I’m looking forward to the day when we have Black transwomen running for public office as Kim Coco Iwamoto successfully did in Hawaii.

And yes, I’m rooting for Vogue Evolution and my sis Leyomi Maldonado to win the grand prize on America’s Best Dance Crew.

I would like to see a Black transwoman character in the movies or on television similar to Ugly Betty’s Alexis Meade.

I want nothing less than for African descended transwomen to not be tragically thought of in context with the Remembering Our Dead List that far too many of us are on.

Like ‘errbody’ else, I’d rather Black transpeople be judged by the quality people we produce, not lies, pseudo-science, centuries old myths and transphobic ignorance.


11 thoughts on What A Difference A Year Makes

  1. Leyomi Maldonado, the transwoman in question is Latina.

    But I just scratched the surface in terms of positive trans role models .

  2. Monica, even though we don’t necessarily see eye to eye I have to give credit where it is due.

    I’m glad some one is out there and loud representing the African American trans communities.

    I’m going to give this post a shout out on my Blog.

  3. OMG, Suzan, this comment will really dig a whole deeper with those that think you’ve went to the evil (transgender) side. 🙂 The word on the street is that you’re one of us now.

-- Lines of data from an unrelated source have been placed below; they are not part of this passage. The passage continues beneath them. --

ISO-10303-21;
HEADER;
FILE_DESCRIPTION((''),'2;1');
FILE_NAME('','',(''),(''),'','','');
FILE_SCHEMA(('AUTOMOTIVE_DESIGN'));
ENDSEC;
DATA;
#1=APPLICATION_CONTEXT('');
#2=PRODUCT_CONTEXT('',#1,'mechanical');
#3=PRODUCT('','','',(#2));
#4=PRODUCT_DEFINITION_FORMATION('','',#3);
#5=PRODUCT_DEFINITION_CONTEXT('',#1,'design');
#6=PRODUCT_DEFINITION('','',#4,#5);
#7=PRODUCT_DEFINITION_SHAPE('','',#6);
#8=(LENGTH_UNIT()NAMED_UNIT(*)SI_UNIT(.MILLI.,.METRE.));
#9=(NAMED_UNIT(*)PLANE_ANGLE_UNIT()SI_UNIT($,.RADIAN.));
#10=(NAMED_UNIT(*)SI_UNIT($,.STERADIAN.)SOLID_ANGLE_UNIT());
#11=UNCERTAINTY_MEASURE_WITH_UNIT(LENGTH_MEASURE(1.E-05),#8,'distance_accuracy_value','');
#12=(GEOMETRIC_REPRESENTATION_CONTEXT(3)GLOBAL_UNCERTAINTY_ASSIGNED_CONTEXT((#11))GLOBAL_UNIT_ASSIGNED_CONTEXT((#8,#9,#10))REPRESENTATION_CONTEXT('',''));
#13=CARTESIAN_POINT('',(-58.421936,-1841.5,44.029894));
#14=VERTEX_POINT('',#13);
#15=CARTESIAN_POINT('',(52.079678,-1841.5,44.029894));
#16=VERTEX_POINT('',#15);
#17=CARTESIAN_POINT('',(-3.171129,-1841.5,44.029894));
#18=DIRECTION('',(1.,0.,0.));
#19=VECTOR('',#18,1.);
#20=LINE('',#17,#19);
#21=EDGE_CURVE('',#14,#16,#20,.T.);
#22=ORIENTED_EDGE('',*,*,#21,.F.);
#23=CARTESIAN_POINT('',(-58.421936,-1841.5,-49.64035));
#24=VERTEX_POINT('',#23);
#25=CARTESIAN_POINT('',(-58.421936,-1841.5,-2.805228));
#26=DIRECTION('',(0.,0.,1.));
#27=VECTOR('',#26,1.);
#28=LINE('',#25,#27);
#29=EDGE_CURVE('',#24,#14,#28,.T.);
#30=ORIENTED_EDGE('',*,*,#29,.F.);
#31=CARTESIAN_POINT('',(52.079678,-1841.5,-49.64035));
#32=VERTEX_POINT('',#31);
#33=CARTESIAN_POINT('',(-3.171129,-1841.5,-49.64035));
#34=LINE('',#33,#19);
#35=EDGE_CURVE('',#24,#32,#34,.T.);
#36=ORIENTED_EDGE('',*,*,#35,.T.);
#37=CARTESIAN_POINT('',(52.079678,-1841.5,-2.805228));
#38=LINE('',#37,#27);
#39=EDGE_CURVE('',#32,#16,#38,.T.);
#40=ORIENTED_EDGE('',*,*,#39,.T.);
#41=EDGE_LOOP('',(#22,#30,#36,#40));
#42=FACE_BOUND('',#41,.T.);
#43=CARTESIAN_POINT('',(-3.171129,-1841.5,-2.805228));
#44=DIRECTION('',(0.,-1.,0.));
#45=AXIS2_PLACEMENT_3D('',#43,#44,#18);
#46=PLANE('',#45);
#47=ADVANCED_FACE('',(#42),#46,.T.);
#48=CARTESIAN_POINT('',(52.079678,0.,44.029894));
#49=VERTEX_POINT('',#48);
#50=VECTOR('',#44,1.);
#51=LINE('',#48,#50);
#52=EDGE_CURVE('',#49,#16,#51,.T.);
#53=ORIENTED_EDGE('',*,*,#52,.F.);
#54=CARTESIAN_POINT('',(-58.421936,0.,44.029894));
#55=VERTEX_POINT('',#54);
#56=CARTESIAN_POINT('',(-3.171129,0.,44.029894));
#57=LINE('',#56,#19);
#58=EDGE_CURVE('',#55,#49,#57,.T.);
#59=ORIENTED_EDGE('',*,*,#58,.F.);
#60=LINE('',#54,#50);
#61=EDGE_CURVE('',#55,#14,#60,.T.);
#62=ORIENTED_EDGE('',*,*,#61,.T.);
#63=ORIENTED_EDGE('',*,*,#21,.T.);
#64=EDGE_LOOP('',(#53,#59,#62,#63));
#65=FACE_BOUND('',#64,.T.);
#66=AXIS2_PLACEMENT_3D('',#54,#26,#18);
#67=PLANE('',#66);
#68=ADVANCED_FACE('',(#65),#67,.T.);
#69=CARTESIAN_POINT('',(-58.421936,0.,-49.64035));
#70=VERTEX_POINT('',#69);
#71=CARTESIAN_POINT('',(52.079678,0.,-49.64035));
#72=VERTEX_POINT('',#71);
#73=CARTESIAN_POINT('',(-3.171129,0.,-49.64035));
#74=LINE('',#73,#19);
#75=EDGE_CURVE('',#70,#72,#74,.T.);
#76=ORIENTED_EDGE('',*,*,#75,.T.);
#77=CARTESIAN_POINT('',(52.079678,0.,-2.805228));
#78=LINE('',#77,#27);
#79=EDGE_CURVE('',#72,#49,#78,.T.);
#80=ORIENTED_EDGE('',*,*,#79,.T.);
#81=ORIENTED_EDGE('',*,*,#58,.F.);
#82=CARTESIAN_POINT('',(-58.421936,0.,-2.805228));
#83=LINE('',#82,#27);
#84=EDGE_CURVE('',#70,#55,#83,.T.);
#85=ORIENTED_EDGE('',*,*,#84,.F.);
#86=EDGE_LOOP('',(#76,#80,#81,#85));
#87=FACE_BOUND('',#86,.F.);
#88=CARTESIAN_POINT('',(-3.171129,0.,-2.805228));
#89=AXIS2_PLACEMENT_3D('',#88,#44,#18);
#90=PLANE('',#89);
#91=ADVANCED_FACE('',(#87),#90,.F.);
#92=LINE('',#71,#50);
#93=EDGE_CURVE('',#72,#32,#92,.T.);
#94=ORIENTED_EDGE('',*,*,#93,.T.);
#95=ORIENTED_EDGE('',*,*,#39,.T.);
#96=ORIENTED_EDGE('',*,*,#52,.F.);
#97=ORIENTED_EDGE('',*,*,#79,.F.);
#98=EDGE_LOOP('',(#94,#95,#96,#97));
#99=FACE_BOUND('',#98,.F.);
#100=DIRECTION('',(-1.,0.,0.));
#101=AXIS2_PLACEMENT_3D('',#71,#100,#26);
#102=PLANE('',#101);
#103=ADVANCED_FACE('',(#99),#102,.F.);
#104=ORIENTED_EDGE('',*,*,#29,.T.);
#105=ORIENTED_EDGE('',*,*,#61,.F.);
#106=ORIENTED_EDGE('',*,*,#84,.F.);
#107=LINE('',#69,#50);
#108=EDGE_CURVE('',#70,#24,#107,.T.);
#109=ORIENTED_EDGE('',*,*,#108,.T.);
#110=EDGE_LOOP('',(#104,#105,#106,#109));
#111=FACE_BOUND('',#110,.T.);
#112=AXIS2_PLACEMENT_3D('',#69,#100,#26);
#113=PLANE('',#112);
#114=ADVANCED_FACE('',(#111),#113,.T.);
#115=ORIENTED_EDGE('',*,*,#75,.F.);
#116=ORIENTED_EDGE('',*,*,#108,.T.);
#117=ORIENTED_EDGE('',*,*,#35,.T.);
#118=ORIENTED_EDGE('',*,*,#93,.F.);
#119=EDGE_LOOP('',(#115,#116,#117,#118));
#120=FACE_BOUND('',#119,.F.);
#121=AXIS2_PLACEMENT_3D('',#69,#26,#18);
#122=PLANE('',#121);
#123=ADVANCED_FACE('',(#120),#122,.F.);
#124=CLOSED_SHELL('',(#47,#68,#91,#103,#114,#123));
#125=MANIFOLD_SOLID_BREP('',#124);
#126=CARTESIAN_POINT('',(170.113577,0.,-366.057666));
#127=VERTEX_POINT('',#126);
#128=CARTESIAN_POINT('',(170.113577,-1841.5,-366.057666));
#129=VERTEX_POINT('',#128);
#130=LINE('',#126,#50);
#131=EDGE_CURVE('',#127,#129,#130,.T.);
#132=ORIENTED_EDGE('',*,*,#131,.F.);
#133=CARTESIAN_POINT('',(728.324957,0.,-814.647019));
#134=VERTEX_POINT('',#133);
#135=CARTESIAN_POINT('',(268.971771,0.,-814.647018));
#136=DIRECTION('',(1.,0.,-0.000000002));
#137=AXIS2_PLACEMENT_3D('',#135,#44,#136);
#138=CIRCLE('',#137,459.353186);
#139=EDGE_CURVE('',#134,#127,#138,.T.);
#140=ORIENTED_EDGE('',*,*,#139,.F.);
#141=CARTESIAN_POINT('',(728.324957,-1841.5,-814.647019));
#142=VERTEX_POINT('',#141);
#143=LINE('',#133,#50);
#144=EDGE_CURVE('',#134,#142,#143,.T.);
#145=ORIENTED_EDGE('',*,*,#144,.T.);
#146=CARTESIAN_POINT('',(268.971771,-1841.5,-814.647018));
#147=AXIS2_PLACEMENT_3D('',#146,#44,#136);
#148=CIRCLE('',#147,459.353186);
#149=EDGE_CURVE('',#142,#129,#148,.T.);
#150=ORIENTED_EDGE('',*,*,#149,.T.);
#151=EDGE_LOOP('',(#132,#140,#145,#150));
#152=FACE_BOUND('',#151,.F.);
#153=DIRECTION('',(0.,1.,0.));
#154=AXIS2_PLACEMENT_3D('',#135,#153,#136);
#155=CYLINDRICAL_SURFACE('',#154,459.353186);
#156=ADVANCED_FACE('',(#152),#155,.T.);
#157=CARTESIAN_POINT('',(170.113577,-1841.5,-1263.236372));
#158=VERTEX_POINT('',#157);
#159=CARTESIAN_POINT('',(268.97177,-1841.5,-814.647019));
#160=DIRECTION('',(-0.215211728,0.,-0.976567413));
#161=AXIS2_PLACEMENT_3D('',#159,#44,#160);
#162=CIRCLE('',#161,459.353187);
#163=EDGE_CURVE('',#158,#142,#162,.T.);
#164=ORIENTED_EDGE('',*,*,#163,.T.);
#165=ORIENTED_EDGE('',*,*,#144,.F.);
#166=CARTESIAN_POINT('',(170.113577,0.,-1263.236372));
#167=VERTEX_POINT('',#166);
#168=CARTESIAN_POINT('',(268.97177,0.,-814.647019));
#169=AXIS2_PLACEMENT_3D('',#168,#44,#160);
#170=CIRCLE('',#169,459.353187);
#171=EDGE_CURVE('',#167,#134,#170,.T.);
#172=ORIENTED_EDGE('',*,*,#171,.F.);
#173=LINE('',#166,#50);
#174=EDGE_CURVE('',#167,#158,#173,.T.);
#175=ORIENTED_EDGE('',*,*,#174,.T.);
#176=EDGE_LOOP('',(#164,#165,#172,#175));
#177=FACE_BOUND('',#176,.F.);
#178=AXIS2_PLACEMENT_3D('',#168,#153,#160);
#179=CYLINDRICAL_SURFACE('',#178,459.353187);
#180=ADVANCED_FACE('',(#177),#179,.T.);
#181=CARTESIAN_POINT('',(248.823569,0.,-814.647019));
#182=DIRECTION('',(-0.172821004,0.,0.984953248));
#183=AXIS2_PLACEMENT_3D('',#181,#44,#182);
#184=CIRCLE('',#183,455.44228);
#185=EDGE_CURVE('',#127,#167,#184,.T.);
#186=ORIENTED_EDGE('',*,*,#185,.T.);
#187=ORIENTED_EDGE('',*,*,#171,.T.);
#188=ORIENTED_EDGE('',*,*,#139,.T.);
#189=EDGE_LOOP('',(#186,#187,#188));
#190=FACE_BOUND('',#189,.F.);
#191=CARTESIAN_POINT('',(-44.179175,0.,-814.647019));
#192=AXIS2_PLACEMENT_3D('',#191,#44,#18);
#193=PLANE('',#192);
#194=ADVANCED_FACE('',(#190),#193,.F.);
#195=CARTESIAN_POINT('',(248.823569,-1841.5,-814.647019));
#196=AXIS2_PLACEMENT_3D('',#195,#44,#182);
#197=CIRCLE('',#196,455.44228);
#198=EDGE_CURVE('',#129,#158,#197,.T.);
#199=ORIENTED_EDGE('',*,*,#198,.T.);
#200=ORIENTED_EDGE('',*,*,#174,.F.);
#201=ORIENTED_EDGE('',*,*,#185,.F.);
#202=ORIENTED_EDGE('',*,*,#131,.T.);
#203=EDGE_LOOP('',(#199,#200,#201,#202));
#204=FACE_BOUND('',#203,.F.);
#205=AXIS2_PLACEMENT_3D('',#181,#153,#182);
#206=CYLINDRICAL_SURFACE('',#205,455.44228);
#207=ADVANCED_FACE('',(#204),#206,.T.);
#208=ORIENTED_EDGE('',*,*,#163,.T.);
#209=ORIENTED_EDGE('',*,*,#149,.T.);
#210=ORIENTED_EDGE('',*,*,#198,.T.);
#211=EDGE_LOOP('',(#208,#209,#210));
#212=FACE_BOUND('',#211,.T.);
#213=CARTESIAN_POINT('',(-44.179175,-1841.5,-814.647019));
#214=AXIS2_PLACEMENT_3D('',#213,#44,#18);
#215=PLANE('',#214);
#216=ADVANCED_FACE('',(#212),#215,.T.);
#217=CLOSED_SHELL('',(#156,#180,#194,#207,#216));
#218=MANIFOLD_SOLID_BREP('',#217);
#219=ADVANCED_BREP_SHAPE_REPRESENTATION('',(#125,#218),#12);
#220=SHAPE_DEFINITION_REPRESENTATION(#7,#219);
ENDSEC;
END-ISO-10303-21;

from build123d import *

# Parameters (mm, degrees)
F0_W     = 110.501614
F0_H     = 93.670245
F0_R     = 417.69557
F1_DEPTH = 1841.5


with BuildPart() as f1:
    # F0 (on Front) → F1 (new body)
    with BuildSketch(Plane.XZ):
        with Locations((-3.171129, -2.805228)):
            Rectangle(F0_W, F0_H)
        with BuildLine():
            ThreePointArc((170.113577, -1263.236372), (-190.381415, -814.647019), (170.113577, -366.057666))
            ThreePointArc((170.113577, -366.057666), (-206.618711, -814.647019), (170.113577, -1263.236372))
        make_face()
        with BuildLine():
            ThreePointArc((170.113577, -366.057666), (541.722708, -465.88096), (704.265848, -814.647019))
            ThreePointArc((704.265848, -814.647019), (541.722708, -1163.413078), (170.113577, -1263.236372))
            ThreePointArc((170.113577, -1263.236372), (556.716904, -1172.708589), (728.324957, -814.647019))
            ThreePointArc((728.324957, -814.647019), (556.716904, -456.585448), (170.113577, -366.057666))
        make_face()
        with BuildLine():
            ThreePointArc((170.113577, -1263.236372), (541.722708, -1163.413078), (704.265848, -814.647019))
            ThreePointArc((704.265848, -814.647019), (541.722708, -465.88096), (170.113577, -366.057666))
            ThreePointArc((170.113577, -366.057666), (-190.381415, -814.647019), (170.113577, -1263.236372))
        make_face()
        with Locations((248.823568, -814.647019)):
            Circle(F0_R, mode=Mode.SUBTRACT)
        with Locations((248.823568, -814.647019)):
            Circle(F0_R)
    extrude(amount=F1_DEPTH)


solid = f1.part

    Monica, great post! It’s too bad we can’t add an African American Transwoman visiting the White House.

  4. Suzan,
    Thanks. Both of us, despite of differences on a lot of issues, in the end want the same basic things.

    The violence against trans people to end, federal laws protecting their civil rights and the ability to freely use our talents to help ourselves and our society

  5. I am not sure that the participation of a trans woman of color on ANTM was really that progressive. It seems to me like they did it in order to provoke hatred/cause her to be a spectacle or object of drama in the house. god knows that ANTM has a hard time being fresh after so many seasons. Trans people as human beings rather than gimmicks is extremely rare.

    Reality shows are exploitive as hell in general, thats for damn sure.

    the rest i agree with.

  6. Nails,
    I disagree. For too long now the images of African descended transpeople have been tied to the sex industry because we’ve been practically invisible to John and Jane Q. Public.

    The old saying is that a picture is worth a thousand words. I could write columns for decades on how AA transpeople are treated, but those ANTM shows exposing the transphobia of Clark, Sharaun and others in that house got a wider audience than all the transgender blogs on the Net put together.

    That invisibility has made it easy for the Forces of Intolerance and scientifically illiterate iwithin our communities to demonize us.

    Visibility is a major key in American society in order to overcome ignorance and eventually vault marginalized groups to their rightful place at the American family table and their constitutionally guaranteed civil rights

  7. Nails, as a TWOC, I can say that seeing her on ANTM was, indeed, for me, an aspect of progressive experience — so much so that I went onto the ANTM boards and did battle with some of the most amazing bigoted people there.

    She did indeed do some good — a lot, in fact. And although she didn’t do well (which, granted, wasn’t expected), her presence triggered some other changes that have had some impact.

    Yes, reality shows are exploitative. Its a given. Indeed, so much so, that it actually demonstrates just how much good she was able to accomplish — in spite of being trans.

  8. I suspect the producers of ANTM did bring Isis on as a gimmick and expected her cause drama, but she held her head up and didn’t respond to the hostility of Clark and others by dropping down to their level. She definitely brought some positive attention to trans women among the people who watch that show, particularly among the younger viewers who saw some of the hostility trans people have deal with.

    You also have to give Isis props for putting up with Tyra as much as she did. She’s a braver soul than me.

  9. Dana Peanut,
    Tyra did pay for Isis’ SRS, so I give her some points on that..

    But Tyra still has some work to do to fully understand our community as well.